La première reste toujours la première. Ça commence bien avant la première pénétration. L’excitation de l’instant, la fièvre du démon, l’adrénaline de l’antidouleur. Sur la peau tiède, la lame damnée qui la délivrera de cette souffrance remonte lentement le long de la jambe, suivant les courbes de la délectation, ce mélange de plaisir, de tourment pour atteindre l’assouvissement. La première pénétration parcourt jusqu’à l’antre de la cuisse, avec une conviction instinctive. En fait tout est écrit : la sensation, juste assez forte, assez profonde, pour l’exquise perfection ; l’antidote évacue la morosité. Accentué d’un gémissement retenu, un soulagement de souffrance pénètre la fine peau dans un déchirement de plaisir pour oublier le monde cruel, endurer pour se sentir en vie, renaître, remplir à nouveau ses poumons de cette jouissance. La sensation trompeuse d’une délectation inépuisable, contrôler ce corps avide d’émotion forte… Pourtant, la croyance demeure.

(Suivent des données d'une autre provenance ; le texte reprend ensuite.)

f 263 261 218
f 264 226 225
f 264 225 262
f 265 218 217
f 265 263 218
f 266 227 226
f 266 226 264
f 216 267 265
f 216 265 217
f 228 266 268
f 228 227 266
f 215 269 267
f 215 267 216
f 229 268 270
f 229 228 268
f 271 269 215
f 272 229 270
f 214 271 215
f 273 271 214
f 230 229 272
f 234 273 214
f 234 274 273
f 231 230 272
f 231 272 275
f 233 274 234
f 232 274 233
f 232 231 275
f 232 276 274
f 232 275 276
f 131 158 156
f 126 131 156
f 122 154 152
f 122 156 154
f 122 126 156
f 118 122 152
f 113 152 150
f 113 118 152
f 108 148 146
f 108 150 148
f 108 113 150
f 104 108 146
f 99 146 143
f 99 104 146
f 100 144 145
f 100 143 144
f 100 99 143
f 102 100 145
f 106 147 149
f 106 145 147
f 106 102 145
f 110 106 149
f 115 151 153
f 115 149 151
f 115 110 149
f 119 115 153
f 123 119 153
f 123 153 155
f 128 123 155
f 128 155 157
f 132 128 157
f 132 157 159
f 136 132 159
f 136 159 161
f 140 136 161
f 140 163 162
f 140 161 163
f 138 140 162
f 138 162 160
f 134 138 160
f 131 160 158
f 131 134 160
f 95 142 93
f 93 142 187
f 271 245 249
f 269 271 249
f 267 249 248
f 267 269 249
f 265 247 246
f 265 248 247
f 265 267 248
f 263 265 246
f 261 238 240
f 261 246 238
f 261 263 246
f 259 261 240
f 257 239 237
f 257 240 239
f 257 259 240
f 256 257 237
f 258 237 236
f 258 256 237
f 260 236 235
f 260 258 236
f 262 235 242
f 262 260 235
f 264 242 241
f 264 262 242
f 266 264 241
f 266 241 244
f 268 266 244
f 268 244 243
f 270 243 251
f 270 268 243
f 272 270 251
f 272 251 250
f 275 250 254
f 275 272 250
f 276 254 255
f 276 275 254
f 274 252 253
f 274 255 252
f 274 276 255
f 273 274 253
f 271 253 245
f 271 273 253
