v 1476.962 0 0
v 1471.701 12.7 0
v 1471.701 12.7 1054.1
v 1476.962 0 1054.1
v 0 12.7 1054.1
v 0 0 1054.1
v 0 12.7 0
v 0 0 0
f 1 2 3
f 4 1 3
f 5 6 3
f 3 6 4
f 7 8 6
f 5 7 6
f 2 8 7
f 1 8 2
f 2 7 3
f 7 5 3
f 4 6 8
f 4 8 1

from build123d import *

# Parameters (mm, degrees)
F0_W     = 1476.9619122421
F0_H     = 1054.1
F1_DEPTH = 12.7
F2_SIZE2 = 5.260502
F2_SIZE  = 12.69999


# Not quite as in the source:
# - a fillet or chamfer is up to 0.001 mm smaller than in the source, because OpenCascade refuses the exact size


with BuildPart() as f1:
    # F0 (on Front) → F1 (new body)
    with BuildSketch(Plane.XZ):
        with Locations((738.4809561211, 527.05)):
            Rectangle(F0_W, F0_H)
    extrude(amount=-F1_DEPTH)

    # F2 (size 12.7 and 5.2605122421 in the source; OpenCascade refuses exactly that, so slightly less here)
    f2_edges = [f1.edges().sort_by_distance(p)[0] for p in [
        (1476.961912, 12.7, 527.05),
    ]]
    f2_side = f1.faces().sort_by_distance((1476.961912, 6.35, 527.05))[0]
    chamfer(f2_edges, length=F2_SIZE, length2=F2_SIZE2, reference=f2_side)


solid = f1.part
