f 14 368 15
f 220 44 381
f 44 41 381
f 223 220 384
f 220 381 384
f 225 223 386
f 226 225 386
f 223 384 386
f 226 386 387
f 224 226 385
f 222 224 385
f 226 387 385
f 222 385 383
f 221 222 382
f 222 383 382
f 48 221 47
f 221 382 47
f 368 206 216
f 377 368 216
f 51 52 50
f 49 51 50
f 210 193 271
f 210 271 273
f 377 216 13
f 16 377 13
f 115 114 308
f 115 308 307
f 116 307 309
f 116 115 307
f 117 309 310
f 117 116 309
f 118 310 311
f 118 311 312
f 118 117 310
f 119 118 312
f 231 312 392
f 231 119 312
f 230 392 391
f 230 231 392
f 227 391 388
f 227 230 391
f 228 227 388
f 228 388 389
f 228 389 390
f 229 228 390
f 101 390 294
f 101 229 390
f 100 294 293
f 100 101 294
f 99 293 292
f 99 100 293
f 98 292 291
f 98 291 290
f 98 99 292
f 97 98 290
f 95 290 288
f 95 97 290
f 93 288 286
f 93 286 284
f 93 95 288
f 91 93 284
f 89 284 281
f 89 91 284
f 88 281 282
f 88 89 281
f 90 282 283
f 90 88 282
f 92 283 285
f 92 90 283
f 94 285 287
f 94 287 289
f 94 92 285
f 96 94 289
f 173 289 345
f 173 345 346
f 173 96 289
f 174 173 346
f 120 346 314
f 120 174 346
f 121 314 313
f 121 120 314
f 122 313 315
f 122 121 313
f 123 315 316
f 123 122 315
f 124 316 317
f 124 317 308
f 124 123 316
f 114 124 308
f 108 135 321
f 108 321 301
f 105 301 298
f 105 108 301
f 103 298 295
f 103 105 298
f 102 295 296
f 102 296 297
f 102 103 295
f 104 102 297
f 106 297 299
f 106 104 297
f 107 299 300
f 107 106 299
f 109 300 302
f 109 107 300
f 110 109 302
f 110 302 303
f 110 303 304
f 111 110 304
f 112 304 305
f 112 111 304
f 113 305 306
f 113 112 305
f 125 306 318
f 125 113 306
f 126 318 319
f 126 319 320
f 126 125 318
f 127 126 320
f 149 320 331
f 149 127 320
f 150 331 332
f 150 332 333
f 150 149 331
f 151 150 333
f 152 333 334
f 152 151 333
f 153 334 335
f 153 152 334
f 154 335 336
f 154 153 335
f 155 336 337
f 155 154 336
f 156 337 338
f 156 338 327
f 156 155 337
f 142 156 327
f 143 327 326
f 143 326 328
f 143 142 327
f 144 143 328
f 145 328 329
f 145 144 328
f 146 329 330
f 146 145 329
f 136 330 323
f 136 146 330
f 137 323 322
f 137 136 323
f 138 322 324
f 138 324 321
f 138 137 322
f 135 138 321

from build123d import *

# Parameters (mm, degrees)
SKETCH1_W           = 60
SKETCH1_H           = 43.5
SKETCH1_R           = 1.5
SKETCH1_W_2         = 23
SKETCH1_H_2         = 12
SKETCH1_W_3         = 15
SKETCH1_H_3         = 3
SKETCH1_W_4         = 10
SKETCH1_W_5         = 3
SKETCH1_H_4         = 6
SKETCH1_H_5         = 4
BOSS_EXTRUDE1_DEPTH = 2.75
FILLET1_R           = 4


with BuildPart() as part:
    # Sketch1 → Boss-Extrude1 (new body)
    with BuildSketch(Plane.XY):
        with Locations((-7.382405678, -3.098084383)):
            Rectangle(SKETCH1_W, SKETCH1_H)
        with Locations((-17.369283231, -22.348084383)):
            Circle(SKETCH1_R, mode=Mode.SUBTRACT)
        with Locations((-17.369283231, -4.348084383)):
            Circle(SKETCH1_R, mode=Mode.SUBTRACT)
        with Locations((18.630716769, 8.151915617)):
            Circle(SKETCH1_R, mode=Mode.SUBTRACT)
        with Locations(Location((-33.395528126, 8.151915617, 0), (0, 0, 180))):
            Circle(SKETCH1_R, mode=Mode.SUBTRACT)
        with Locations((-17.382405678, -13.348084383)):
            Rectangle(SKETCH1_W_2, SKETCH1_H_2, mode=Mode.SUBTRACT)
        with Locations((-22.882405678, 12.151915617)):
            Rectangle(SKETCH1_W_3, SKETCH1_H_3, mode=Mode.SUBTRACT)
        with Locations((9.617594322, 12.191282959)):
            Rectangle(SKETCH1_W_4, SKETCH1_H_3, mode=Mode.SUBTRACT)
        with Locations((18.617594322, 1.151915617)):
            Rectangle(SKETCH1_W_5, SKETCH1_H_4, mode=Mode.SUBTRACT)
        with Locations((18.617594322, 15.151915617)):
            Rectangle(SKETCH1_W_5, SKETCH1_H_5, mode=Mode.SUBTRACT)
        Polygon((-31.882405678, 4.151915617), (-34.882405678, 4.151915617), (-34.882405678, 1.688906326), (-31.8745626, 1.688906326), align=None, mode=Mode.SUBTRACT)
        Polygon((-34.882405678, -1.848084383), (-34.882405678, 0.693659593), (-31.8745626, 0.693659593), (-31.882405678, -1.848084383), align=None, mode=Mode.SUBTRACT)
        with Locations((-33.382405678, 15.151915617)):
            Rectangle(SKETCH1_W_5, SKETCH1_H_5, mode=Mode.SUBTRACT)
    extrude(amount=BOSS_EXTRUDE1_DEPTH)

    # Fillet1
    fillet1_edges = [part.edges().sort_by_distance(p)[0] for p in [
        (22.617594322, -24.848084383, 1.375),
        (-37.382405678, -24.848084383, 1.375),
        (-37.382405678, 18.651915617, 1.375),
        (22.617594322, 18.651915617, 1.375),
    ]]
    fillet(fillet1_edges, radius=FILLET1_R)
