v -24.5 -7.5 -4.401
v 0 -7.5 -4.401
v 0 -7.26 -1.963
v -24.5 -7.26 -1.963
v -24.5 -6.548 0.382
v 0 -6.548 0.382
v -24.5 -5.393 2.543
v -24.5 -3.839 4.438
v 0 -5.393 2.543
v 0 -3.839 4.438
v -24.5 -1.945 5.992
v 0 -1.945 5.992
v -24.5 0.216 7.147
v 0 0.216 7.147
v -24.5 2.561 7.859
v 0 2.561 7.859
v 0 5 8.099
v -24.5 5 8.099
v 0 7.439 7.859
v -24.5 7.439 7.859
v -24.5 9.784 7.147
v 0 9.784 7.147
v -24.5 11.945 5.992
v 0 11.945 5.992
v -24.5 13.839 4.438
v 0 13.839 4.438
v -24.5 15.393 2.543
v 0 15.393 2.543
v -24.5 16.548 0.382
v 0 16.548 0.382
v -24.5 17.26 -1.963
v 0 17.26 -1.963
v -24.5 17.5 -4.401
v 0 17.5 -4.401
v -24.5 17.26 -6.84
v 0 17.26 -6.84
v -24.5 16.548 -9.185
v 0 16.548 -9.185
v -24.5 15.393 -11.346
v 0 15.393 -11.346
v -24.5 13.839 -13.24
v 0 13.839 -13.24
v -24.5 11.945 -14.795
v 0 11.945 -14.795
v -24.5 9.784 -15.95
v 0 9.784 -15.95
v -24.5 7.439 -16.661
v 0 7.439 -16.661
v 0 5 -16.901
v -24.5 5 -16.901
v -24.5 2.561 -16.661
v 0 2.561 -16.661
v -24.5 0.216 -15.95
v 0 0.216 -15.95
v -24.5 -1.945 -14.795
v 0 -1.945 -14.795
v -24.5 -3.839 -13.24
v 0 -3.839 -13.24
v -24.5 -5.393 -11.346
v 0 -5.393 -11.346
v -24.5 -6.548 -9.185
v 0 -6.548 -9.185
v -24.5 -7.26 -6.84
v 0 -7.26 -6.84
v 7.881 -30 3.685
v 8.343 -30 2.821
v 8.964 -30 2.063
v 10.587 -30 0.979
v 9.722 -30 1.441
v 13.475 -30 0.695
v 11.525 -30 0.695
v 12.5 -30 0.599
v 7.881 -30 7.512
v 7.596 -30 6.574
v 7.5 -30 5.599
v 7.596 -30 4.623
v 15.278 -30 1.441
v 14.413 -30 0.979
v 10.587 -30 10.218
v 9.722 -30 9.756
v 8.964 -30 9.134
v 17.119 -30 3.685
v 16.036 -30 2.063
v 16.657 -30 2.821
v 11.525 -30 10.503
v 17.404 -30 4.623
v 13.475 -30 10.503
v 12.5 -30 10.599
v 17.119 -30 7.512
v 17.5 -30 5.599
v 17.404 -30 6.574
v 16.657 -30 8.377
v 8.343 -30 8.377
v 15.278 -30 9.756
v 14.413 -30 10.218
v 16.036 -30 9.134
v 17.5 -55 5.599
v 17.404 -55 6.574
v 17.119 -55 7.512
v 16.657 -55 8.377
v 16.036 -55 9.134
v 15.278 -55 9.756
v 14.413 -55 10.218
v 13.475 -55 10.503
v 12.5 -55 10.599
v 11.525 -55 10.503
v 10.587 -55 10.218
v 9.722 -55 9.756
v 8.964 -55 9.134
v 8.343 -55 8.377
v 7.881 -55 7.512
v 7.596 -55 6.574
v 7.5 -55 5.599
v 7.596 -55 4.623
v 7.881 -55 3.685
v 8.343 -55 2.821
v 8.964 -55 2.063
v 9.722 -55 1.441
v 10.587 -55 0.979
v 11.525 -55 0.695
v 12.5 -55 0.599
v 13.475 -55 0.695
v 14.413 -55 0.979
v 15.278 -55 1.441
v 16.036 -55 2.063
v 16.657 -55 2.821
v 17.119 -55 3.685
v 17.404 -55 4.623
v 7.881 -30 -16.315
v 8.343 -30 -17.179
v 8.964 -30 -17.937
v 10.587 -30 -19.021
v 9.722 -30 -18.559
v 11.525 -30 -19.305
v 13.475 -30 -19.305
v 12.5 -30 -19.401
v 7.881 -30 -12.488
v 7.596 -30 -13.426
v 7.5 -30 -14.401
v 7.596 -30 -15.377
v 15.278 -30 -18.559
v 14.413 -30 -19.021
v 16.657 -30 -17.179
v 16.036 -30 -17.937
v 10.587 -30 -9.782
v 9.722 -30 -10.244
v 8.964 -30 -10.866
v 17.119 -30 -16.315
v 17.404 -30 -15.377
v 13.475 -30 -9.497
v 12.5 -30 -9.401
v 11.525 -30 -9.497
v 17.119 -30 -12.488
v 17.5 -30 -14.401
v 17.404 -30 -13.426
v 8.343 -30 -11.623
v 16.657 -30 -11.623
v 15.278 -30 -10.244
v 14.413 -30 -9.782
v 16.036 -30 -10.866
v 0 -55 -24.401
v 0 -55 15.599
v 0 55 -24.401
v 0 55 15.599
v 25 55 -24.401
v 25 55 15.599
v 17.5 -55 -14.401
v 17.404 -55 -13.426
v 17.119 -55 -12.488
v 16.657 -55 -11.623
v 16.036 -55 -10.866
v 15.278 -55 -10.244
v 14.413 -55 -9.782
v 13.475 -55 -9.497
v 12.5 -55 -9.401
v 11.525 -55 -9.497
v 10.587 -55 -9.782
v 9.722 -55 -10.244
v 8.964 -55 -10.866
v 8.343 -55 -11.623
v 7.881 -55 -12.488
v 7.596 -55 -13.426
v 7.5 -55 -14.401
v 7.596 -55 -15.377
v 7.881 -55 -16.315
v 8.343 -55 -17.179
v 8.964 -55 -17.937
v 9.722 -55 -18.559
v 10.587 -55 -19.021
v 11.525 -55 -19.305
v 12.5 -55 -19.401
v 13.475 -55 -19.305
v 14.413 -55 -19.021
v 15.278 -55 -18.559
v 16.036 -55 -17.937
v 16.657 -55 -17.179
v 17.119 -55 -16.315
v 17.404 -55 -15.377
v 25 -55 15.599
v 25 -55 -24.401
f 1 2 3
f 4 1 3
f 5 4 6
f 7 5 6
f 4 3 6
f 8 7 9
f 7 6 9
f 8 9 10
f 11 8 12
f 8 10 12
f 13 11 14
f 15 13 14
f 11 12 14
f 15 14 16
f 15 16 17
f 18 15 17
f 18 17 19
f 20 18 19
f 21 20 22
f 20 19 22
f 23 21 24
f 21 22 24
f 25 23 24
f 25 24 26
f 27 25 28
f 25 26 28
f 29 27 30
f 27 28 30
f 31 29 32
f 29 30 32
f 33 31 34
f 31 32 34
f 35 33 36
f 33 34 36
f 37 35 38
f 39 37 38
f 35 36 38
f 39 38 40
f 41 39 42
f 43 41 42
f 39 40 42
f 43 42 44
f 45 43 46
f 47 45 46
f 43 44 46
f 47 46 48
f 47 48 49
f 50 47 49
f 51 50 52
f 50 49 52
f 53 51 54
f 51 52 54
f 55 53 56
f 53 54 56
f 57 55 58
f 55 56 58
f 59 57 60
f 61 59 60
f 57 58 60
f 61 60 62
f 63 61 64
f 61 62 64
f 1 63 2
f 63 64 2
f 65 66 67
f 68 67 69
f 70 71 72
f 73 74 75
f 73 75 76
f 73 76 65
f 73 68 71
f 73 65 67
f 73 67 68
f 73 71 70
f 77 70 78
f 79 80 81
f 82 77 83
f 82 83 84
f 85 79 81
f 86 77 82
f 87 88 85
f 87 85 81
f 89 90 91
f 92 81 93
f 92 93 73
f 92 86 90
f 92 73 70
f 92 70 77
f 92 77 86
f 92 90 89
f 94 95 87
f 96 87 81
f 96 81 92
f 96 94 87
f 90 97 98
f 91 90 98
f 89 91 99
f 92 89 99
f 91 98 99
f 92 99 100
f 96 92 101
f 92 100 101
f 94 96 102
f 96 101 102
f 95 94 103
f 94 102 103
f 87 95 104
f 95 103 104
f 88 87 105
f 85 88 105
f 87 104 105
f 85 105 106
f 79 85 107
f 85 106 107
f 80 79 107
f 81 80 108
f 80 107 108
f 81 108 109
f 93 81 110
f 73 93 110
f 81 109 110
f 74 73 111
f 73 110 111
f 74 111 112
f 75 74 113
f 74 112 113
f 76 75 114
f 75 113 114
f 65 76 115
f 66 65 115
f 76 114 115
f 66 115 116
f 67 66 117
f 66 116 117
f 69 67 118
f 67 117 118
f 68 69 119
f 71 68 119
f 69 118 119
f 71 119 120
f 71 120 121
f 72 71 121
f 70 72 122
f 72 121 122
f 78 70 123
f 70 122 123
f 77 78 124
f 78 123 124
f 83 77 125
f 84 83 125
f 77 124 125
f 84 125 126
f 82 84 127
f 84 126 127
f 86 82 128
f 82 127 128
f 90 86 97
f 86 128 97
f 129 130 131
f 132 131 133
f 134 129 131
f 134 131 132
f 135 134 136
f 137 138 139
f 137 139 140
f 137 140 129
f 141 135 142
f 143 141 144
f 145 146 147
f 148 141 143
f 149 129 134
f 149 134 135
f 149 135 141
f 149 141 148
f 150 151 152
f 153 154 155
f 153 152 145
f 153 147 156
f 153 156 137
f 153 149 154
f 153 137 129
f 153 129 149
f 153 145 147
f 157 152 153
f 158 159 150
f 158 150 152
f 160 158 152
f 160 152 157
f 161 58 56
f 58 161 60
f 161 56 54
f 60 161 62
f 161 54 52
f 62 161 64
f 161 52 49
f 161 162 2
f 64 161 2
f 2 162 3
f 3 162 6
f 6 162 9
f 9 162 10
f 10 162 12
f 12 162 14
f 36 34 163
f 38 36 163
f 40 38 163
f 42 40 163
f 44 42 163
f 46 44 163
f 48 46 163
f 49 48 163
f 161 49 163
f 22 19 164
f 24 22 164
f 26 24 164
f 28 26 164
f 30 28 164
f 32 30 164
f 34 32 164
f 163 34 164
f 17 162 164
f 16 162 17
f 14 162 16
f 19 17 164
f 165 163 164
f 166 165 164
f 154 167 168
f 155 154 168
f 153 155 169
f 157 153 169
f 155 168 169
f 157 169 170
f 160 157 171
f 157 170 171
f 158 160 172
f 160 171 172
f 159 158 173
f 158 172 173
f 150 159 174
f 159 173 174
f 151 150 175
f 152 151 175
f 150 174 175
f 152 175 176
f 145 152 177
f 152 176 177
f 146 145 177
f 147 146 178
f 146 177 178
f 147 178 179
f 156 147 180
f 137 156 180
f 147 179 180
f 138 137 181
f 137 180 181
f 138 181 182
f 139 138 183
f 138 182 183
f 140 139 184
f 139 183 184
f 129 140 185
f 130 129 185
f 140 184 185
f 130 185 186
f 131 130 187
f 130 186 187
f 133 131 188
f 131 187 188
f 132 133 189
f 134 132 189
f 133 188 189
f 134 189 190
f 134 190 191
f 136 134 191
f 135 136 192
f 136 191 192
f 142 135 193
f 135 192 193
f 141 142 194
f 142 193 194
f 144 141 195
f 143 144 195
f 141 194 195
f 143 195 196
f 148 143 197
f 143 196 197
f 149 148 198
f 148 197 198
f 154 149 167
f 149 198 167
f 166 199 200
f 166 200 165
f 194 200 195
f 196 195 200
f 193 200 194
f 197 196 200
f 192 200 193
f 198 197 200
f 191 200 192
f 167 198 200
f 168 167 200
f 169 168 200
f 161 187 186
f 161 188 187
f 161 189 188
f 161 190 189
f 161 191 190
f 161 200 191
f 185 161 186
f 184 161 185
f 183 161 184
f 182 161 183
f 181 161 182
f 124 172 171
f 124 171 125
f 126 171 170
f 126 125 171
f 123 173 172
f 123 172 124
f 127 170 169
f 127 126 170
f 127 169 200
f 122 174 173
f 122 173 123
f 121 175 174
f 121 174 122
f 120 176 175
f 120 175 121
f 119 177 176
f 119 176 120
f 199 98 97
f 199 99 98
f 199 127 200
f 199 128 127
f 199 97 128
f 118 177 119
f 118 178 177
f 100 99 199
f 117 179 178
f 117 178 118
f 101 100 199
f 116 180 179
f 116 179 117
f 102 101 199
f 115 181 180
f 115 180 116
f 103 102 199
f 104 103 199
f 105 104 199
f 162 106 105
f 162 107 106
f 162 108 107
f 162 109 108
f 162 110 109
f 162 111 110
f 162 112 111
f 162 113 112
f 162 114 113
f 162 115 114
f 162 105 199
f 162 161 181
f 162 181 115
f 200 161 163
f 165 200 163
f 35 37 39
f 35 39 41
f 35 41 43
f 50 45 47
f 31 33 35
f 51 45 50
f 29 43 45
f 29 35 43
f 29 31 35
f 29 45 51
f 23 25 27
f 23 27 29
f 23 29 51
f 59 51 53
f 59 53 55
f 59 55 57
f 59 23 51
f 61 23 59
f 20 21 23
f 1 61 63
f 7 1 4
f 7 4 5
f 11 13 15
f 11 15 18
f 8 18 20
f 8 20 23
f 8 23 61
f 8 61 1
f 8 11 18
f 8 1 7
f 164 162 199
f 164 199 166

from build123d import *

# Parameters (mm, degrees)
F0_W     = 110
F0_H     = 40
F1_DEPTH = 25
F2_R     = 12.5
F3_DEPTH = 24.5
F4_R     = 5
F5_DEPTH = 25
F6_DEPTH = 25


with BuildPart() as f1:
    # F0 (on Right) → F1 (new body)
    with BuildSketch(Plane.YZ):
        with Locations((0, -4.401192)):
            Rectangle(F0_W, F0_H)
    extrude(amount=F1_DEPTH)

    # F2 (on face) → F3 (join)
    with BuildSketch(Plane(origin=(0, 0, 0), x_dir=(0, -1, 0), z_dir=(-1, 0, 0))):
        with Locations((-5, -4.401192)):
            Circle(F2_R)
    extrude(amount=F3_DEPTH)

    # F4 (on face) → F5 (cut)
    with BuildSketch(Plane.XZ.offset(55)):
        with Locations((12.5, 5.598808)):
            Circle(F4_R)
    extrude(amount=-F5_DEPTH, mode=Mode.SUBTRACT)

    # F4 (on face) → F6 (cut)
    with BuildSketch(Plane.XZ.offset(55)):
        with Locations((12.5, 5.598808)):
            Circle(F4_R)
        with Locations((12.5, -14.401192)):
            Circle(F4_R)
    extrude(amount=-F6_DEPTH, mode=Mode.SUBTRACT)


solid = f1.part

Tout le mauvais s’évade de la tête. Laissant l’instrument retomber à côté de ce corps en transe, l’âme se redresse pour se contempler dans ce miroir. Admirant la couleur rubis, qui coule le long de la jambe telle une ligne de vie expulsant avec elle tous ces sentiments de haine, de vide, de frustration… Dans l’attente du prochain rituel de sagesse, tel un junkie qui attend sa dose.  Prétendant maîtriser ce fardeau qui vient à la fois de s’accomplir et de s’insinuer dans le cœur.  Lisant sur l’instant la satisfaction de ce reflet. L’incision dévoile une ligne discrète, soignée, coupée par le scalpel qui vient d’être souillé. À la souvenance, on peut s’interroger en récriminant une automutilation de plus sur cette vie imparfaite. On aimerait garder ce secret capricieux de l’incision et l’enfermer dans cette jouissance égoïste.

Mais devant le petit mouchoir blanc éclaboussé de sang, l’adolescente au fil du temps pénètre de plus en plus profond avec de moins en moins de délectation, d’embrasement. C’est une friandise amère : entailler pour oublier la première pénétration, comme pour oublier la première gorgée de bière.